If your mind is set on an electric ATV for your 10-year-old, you should have a closer look at the TomRide TR290. The bike is intended for kids for 10 years up and packs quite a punch with a rated top speed of 30mph (50kph). This is a relatively small company, but the product seems really promising. The bikes are available worldwide.

Engine size and top speed

Most gas-powered ATVs intended for 10-year-olds have engines in the range of 90-110cc. Some people argue that these bikes are too small, too slow, and boring, and therefore recommend buying a 250cc instead.

I generally don’t recommend this because, for most 10-year-olds, 250cc is just too much power and weight to be handled safely. When they become 12 and more experienced, it may be time to switch. Manufacturers don’t advise these bikes to be used by riders under 16.

A better option is to buy the strongest and fastest bike in the 90-110cc range, but make sure it is fitted with a proper, adjustable speed limiter. This way, even beginners can use the bike safely, and you can increase difficulty-level gradually as the kid’s skills get better.

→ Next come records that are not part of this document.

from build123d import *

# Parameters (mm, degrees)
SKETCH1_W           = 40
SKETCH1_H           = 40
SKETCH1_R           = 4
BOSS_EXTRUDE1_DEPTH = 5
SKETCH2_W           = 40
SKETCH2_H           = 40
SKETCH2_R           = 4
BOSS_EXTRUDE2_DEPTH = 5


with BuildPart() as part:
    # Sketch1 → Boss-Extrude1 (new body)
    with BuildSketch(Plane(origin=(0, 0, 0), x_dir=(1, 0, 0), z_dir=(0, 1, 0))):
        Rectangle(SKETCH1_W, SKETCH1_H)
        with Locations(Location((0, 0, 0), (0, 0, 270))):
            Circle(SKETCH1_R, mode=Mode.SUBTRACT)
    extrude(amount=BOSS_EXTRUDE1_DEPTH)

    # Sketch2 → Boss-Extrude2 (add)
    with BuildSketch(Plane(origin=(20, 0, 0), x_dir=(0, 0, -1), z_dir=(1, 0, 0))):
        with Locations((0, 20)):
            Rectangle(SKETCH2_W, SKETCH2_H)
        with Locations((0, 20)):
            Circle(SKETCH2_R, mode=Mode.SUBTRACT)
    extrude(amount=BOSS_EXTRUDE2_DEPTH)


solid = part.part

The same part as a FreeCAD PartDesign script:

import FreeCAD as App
import Part
import Sketcher
from FreeCAD import Vector
Q = App.Units.Quantity


def add_polygon(sketch, points):
    """Adds a closed chain of lines whose ends are joined by coincident constraints."""
    first, n = sketch.GeometryCount, len(points)
    for a, b in zip(points, points[1:] + points[:1]):
        sketch.addGeometry(Part.LineSegment(App.Vector(*a, 0), App.Vector(*b, 0)), False)
    for i in range(n):
        sketch.addConstraint(Sketcher.Constraint("Coincident", first + i, 2, first + (i + 1) % n, 1))

doc = App.newDocument("Part")
body = doc.addObject("PartDesign::Body", "Body")

# Sketch on XZ plane
sketch1 = body.newObject("Sketcher::SketchObject", "Sketch")
sketch1.AttachmentSupport = (doc.getObject("XZ_Plane"), [""])
sketch1.MapMode = "FlatFace"
add_polygon(sketch1, [(-20, -20), (-20, 20), (20, 20), (20, -20)])  # lines 0-3
sketch1.addGeometry(Part.Circle(Vector(0, 0, 0), Vector(0, 0, 1), 4), False)  # 4
sketch1.addConstraint([
    Sketcher.Constraint("Vertical", 0),
    Sketcher.Constraint("Horizontal", 1),
    Sketcher.Constraint("Vertical", 2),
    Sketcher.Constraint("Horizontal", 3),
    Sketcher.Constraint("Coincident", 4, 3, -1, 1),
    Sketcher.Constraint("Symmetric", 0, 2, 2, 2, -1, 1),
    Sketcher.Constraint("Equal", 3, 0),
    Sketcher.Constraint("Diameter", 4, Q("8 mm")),
    Sketcher.Constraint("DistanceX", 1, 1, 1, 2, Q("40 mm")),
])
pad1 = body.newObject("PartDesign::Pad", "Pad")
pad1.Profile = sketch1
pad1.Length = 5
pad1.Reversed = True

# Sketch on YZ plane
sketch2 = body.newObject("Sketcher::SketchObject", "Sketch001")
sketch2.AttachmentSupport = (doc.getObject("YZ_Plane"), [""])
sketch2.MapMode = "FlatFace"
sketch2.AttachmentOffset = App.Placement(Vector(0, 0, 20), App.Rotation())
add_polygon(sketch2, [(40, 20), (0, 20), (0, -20), (40, -20)])  # lines 0-3
sketch2.addGeometry(Part.Circle(Vector(20, 0, 0), Vector(0, 0, 1), 4), False)  # 4
sketch2.addConstraint([
    Sketcher.Constraint("Horizontal", 0),
    Sketcher.Constraint("Vertical", 1),
    Sketcher.Constraint("Horizontal", 2),
    Sketcher.Constraint("Vertical", 3),
    Sketcher.Constraint("Symmetric", 0, 2, 1, 2, -1, 1),
    Sketcher.Constraint("PointOnObject", 4, 3, -1),
    Sketcher.Constraint("Equal", 2, 1),
    Sketcher.Constraint("Diameter", 4, Q("8 mm")),
    Sketcher.Constraint("DistanceX", 0, 2, 0, 1, Q("40 mm")),
    Sketcher.Constraint("DistanceX", -1, 1, 4, 3, Q("20 mm")),
])
pad2 = body.newObject("PartDesign::Pad", "Pad001")
pad2.Profile = sketch2
pad2.Length = 5

doc.recompute()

For racing purposes, it is even possible to increase the power output of a bike like this while keeping it at a manageable size and not as fast as a 250.

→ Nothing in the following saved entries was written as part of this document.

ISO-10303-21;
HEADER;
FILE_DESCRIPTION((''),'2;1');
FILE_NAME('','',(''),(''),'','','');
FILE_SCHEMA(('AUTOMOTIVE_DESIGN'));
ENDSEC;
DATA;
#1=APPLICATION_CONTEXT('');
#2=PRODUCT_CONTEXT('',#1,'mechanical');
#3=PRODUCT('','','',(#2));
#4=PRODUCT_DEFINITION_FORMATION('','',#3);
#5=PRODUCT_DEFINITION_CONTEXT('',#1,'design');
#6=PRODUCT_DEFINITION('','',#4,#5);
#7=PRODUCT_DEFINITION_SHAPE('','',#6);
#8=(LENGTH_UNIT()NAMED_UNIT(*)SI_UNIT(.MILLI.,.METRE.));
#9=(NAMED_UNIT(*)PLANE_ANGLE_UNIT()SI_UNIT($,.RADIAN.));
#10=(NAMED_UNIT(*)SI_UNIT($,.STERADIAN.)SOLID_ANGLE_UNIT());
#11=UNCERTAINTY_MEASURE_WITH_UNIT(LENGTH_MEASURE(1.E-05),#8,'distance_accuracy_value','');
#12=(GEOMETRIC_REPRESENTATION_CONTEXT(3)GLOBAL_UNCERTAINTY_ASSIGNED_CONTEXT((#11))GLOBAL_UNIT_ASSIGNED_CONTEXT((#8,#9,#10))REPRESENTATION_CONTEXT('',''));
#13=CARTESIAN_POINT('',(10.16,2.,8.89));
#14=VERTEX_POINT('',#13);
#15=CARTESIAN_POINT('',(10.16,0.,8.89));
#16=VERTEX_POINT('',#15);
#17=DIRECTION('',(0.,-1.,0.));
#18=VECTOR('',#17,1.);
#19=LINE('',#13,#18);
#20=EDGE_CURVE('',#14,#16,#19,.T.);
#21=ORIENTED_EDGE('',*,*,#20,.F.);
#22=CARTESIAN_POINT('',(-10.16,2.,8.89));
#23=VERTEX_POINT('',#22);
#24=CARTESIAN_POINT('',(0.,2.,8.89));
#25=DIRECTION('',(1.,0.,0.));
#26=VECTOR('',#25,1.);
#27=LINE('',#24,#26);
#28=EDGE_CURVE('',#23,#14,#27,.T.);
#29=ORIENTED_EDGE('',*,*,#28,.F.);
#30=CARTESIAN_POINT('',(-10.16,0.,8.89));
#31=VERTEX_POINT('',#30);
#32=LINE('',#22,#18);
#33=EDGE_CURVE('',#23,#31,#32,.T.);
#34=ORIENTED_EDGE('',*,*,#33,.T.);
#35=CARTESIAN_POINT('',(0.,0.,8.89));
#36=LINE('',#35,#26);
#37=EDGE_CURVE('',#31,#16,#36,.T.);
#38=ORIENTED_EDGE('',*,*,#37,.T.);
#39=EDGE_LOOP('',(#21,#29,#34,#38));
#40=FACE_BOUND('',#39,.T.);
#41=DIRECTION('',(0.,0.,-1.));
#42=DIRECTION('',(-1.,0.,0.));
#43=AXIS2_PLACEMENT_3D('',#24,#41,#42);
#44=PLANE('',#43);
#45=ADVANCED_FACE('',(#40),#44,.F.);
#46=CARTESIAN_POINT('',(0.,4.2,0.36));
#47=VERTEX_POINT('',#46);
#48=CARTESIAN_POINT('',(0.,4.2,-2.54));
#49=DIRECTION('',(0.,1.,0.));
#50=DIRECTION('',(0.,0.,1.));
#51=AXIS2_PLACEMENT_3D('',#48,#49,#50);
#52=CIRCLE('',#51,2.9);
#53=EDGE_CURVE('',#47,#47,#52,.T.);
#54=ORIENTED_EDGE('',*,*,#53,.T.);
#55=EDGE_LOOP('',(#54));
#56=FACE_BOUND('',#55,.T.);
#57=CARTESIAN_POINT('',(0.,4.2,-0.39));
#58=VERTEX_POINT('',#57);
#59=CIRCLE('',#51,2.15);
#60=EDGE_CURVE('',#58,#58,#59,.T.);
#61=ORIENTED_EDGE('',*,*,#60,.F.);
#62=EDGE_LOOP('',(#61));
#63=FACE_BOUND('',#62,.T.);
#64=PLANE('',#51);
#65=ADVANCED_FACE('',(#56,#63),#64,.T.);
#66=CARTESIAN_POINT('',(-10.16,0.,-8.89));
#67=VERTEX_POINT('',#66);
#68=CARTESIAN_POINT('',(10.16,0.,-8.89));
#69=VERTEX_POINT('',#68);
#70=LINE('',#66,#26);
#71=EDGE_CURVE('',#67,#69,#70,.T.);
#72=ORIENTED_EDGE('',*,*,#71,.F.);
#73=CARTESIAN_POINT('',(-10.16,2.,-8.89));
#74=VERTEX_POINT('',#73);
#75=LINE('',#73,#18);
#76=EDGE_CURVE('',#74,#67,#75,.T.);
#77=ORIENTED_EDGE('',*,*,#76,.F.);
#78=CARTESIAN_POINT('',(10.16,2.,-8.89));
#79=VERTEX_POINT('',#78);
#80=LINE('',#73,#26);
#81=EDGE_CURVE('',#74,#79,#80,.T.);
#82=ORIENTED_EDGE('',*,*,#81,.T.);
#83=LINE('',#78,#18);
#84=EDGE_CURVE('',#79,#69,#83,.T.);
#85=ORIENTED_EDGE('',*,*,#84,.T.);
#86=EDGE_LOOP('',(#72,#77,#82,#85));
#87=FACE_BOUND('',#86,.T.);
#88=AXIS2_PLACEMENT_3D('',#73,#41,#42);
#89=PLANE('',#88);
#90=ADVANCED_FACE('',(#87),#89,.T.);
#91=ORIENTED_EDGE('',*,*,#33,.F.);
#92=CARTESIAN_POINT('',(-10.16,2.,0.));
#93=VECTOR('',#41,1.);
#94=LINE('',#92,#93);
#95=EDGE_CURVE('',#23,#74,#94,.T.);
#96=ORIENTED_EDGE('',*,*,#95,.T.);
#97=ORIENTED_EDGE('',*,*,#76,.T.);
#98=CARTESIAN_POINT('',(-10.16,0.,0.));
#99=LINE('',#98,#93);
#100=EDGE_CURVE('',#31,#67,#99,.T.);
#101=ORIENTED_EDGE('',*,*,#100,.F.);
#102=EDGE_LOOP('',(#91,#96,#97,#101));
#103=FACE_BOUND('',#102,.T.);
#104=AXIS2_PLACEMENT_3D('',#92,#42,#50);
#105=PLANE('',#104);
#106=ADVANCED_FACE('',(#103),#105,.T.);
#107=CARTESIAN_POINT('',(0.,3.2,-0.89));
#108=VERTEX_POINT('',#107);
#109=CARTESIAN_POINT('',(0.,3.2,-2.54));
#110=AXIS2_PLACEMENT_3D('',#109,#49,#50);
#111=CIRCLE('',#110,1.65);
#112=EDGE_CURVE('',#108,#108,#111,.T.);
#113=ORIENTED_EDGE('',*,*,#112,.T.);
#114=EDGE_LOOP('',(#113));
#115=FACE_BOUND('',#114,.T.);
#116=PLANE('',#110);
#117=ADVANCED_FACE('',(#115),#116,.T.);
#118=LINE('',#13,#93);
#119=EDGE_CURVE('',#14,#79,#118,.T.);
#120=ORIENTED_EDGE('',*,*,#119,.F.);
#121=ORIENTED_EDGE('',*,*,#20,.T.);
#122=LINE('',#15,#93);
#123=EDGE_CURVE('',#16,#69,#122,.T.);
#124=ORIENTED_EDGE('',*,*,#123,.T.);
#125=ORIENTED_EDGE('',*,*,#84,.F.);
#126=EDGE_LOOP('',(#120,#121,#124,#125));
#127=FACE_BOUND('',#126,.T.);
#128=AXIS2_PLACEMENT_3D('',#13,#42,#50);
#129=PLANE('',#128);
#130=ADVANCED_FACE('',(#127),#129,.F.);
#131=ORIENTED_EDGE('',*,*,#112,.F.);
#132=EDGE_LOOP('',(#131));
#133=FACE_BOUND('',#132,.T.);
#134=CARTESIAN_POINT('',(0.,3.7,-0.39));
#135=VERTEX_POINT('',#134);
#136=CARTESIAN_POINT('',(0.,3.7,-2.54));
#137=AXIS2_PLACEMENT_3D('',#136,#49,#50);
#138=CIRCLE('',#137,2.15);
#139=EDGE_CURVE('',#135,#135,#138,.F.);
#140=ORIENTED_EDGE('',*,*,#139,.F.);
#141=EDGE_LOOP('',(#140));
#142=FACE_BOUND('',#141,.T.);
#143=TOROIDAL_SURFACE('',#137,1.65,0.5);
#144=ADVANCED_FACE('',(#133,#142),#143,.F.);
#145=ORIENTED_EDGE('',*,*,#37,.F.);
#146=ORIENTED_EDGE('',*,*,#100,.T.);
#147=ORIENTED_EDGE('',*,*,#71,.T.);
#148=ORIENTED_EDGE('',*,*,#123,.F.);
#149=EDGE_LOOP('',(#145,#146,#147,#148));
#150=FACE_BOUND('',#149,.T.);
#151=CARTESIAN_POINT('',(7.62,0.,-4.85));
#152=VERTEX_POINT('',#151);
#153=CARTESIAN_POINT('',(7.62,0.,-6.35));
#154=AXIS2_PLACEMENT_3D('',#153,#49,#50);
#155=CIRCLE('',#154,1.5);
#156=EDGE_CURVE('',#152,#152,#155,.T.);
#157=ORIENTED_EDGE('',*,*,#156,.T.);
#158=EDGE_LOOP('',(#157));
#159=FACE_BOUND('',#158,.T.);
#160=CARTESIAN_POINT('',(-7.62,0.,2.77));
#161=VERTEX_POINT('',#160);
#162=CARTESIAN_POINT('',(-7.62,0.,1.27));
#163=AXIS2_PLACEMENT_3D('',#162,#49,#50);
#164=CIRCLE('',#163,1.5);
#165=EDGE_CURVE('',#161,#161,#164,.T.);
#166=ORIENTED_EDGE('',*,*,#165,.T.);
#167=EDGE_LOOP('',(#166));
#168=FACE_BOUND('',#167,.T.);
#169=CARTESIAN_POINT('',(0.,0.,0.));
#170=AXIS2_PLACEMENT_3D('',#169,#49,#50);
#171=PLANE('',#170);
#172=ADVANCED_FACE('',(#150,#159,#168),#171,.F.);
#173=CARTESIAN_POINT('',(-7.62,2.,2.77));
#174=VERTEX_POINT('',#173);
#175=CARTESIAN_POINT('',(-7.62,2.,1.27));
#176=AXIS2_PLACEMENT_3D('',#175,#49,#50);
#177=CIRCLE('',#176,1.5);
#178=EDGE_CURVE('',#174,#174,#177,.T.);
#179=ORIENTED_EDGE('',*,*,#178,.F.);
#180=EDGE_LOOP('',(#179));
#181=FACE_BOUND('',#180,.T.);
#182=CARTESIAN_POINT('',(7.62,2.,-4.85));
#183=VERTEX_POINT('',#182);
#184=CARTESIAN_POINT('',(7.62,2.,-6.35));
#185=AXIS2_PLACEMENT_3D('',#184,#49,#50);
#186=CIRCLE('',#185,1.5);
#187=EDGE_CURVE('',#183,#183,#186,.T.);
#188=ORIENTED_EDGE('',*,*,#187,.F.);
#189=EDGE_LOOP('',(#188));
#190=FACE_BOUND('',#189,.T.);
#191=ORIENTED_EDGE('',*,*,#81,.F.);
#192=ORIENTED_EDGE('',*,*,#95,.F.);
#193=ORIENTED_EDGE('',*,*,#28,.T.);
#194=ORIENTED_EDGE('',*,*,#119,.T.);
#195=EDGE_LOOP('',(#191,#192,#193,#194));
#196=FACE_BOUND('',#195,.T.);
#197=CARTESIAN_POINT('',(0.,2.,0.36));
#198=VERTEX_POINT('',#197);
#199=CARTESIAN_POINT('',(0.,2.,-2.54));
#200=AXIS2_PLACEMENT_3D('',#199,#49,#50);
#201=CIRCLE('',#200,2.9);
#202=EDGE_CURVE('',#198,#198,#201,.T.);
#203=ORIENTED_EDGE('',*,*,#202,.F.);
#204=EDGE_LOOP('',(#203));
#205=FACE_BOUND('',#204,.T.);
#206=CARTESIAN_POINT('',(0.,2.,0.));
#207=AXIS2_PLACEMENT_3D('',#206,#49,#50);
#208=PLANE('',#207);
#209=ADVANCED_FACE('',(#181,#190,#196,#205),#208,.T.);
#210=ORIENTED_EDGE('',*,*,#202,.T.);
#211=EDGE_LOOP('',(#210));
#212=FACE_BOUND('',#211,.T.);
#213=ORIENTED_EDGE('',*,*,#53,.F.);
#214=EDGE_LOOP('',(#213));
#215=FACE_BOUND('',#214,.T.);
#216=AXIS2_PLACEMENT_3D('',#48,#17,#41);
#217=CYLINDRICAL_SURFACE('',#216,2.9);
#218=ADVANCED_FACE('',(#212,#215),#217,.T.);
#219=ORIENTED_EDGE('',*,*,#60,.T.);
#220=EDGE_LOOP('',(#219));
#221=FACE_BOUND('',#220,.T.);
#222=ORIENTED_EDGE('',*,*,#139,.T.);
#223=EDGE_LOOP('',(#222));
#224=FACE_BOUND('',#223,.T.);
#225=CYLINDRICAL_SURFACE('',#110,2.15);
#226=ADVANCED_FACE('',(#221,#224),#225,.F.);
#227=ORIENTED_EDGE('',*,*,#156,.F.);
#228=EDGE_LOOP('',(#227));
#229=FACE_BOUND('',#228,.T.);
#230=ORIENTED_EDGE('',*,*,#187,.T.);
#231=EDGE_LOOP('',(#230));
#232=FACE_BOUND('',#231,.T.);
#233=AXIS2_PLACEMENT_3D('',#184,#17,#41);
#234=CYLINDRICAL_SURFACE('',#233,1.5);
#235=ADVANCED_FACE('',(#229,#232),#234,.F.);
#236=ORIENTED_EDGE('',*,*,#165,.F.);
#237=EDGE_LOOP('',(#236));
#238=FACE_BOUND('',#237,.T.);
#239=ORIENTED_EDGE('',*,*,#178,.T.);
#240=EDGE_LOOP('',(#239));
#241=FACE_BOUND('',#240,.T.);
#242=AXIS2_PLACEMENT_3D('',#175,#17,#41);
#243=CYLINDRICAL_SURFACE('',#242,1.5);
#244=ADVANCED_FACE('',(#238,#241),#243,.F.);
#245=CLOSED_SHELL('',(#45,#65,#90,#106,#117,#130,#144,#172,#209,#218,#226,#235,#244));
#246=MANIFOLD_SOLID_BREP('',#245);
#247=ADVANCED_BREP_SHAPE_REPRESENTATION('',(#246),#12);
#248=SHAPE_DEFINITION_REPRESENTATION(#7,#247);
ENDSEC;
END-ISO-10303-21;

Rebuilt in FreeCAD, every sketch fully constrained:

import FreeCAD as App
import Part
import Sketcher
Q = App.Units.Quantity


def edges_at(feature, points):
    """Names of the edges that pass closest to the given points."""
    edges = feature.Shape.Edges
    near = lambda p: min(range(len(edges)), key=lambda i: edges[i].distToShape(Part.Vertex(*p))[0])
    return sorted({f"Edge{near(p) + 1}" for p in points})


def add_polygon(sketch, points):
    """Adds a closed chain of lines whose ends are joined by coincident constraints."""
    first, n = sketch.GeometryCount, len(points)
    for a, b in zip(points, points[1:] + points[:1]):
        sketch.addGeometry(Part.LineSegment(App.Vector(*a, 0), App.Vector(*b, 0)), False)
    for i in range(n):
        sketch.addConstraint(Sketcher.Constraint("Coincident", first + i, 2, first + (i + 1) % n, 1))

doc = App.newDocument("Part")
body = doc.addObject("PartDesign::Body", "Body")

sketch1 = body.newObject("Sketcher::SketchObject", "Sketch")
sketch1.AttachmentSupport = (doc.getObject("XZ_Plane"), [""])
sketch1.MapMode = "FlatFace"
add_polygon(sketch1, [(-10.2, -8.9), (-10.2, 8.9), (10.2, 8.9), (10.2, -8.9)])
sketch1.addGeometry(Part.Circle(App.Vector(-7.6, 1.3, 0), App.Vector(0, 0, 1), 1.5), False)
sketch1.addGeometry(Part.Circle(App.Vector(7.6, -6.3, 0), App.Vector(0, 0, 1), 1.5), False)
sketch1.addConstraint([
    Sketcher.Constraint("Vertical", 0),
    Sketcher.Constraint("Horizontal", 1),
    Sketcher.Constraint("Vertical", 2),
    Sketcher.Constraint("Horizontal", 3),
    Sketcher.Constraint("Equal", 4, 5),
    Sketcher.Constraint("Symmetric", 0, 2, 2, 2, -1, 1),
    Sketcher.Constraint("Diameter", 4, Q("3 mm")),
    Sketcher.Constraint("DistanceX", 1, 1, 1, 2, Q("20.32 mm")),
    Sketcher.Constraint("DistanceY", 0, 1, 0, 2, Q("17.78 mm")),
    Sketcher.Constraint("DistanceX", 4, 3, -1, 1, Q("7.62 mm")),
    Sketcher.Constraint("DistanceY", -1, 1, 4, 3, Q("1.27 mm")),
    Sketcher.Constraint("DistanceX", -1, 1, 5, 3, Q("7.62 mm")),
    Sketcher.Constraint("DistanceY", 5, 3, -1, 1, Q("6.35 mm")),
])
pad1 = body.newObject("PartDesign::Pad", "Pad")
pad1.Profile = sketch1
pad1.Length = 2
pad1.Reversed = True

Recommended Safety Features

Some make the mistake of buying an underpowered and undersized bike, thinking it will keep the child safer.

A better option would be to look for a machine that offers adaptive safety features. This way, the child will have a machine that grows with their skills.

Features you should look for are:

  • Parent-adjustable speed limiter, 3 different steps is common.
  • Safety Tether to stop the bike if the kid falls off.
  • Keyed ignition switch to keep control of who goes riding and when.
  • Quality tires with a well-threaded pattern and good quality rubber for good traction and durability.
  • Front and rear lights to see and to be seen in dim light conditions.
  • Good quality shocks and brakes.


I don’t emphasize price too much in this article. If your budget is on the smaller side, I strongly advise you to buy a used quality bike in good condition, rather than buying a cheap new bike that will give a lesser driving experience and most likely lots more hours doing repairs.

My nephew had a couple of cheap China-made ATVs when he was this age, and while fun when they worked, they didn’t last for long.

The resale value of a quality bike is much better than in the cheaper models, so when your kid outgrows the bike, you will get a good chunk of your money back.

To sum things up

Based on the above factors, any of the recommend ATVs in this article would be a good choice.

I would probably put my money on the Honda TRX90X because of the well-known Honda quality and because the 90cc Honda engine slightly outperforms even the 110cc Polaris Sportsman 110EFI. Be aware that the Honda lacks reverse as the other models have.

Which one you choose will ultimately be a matter of personal preference, but you can’t go wrong with any of them.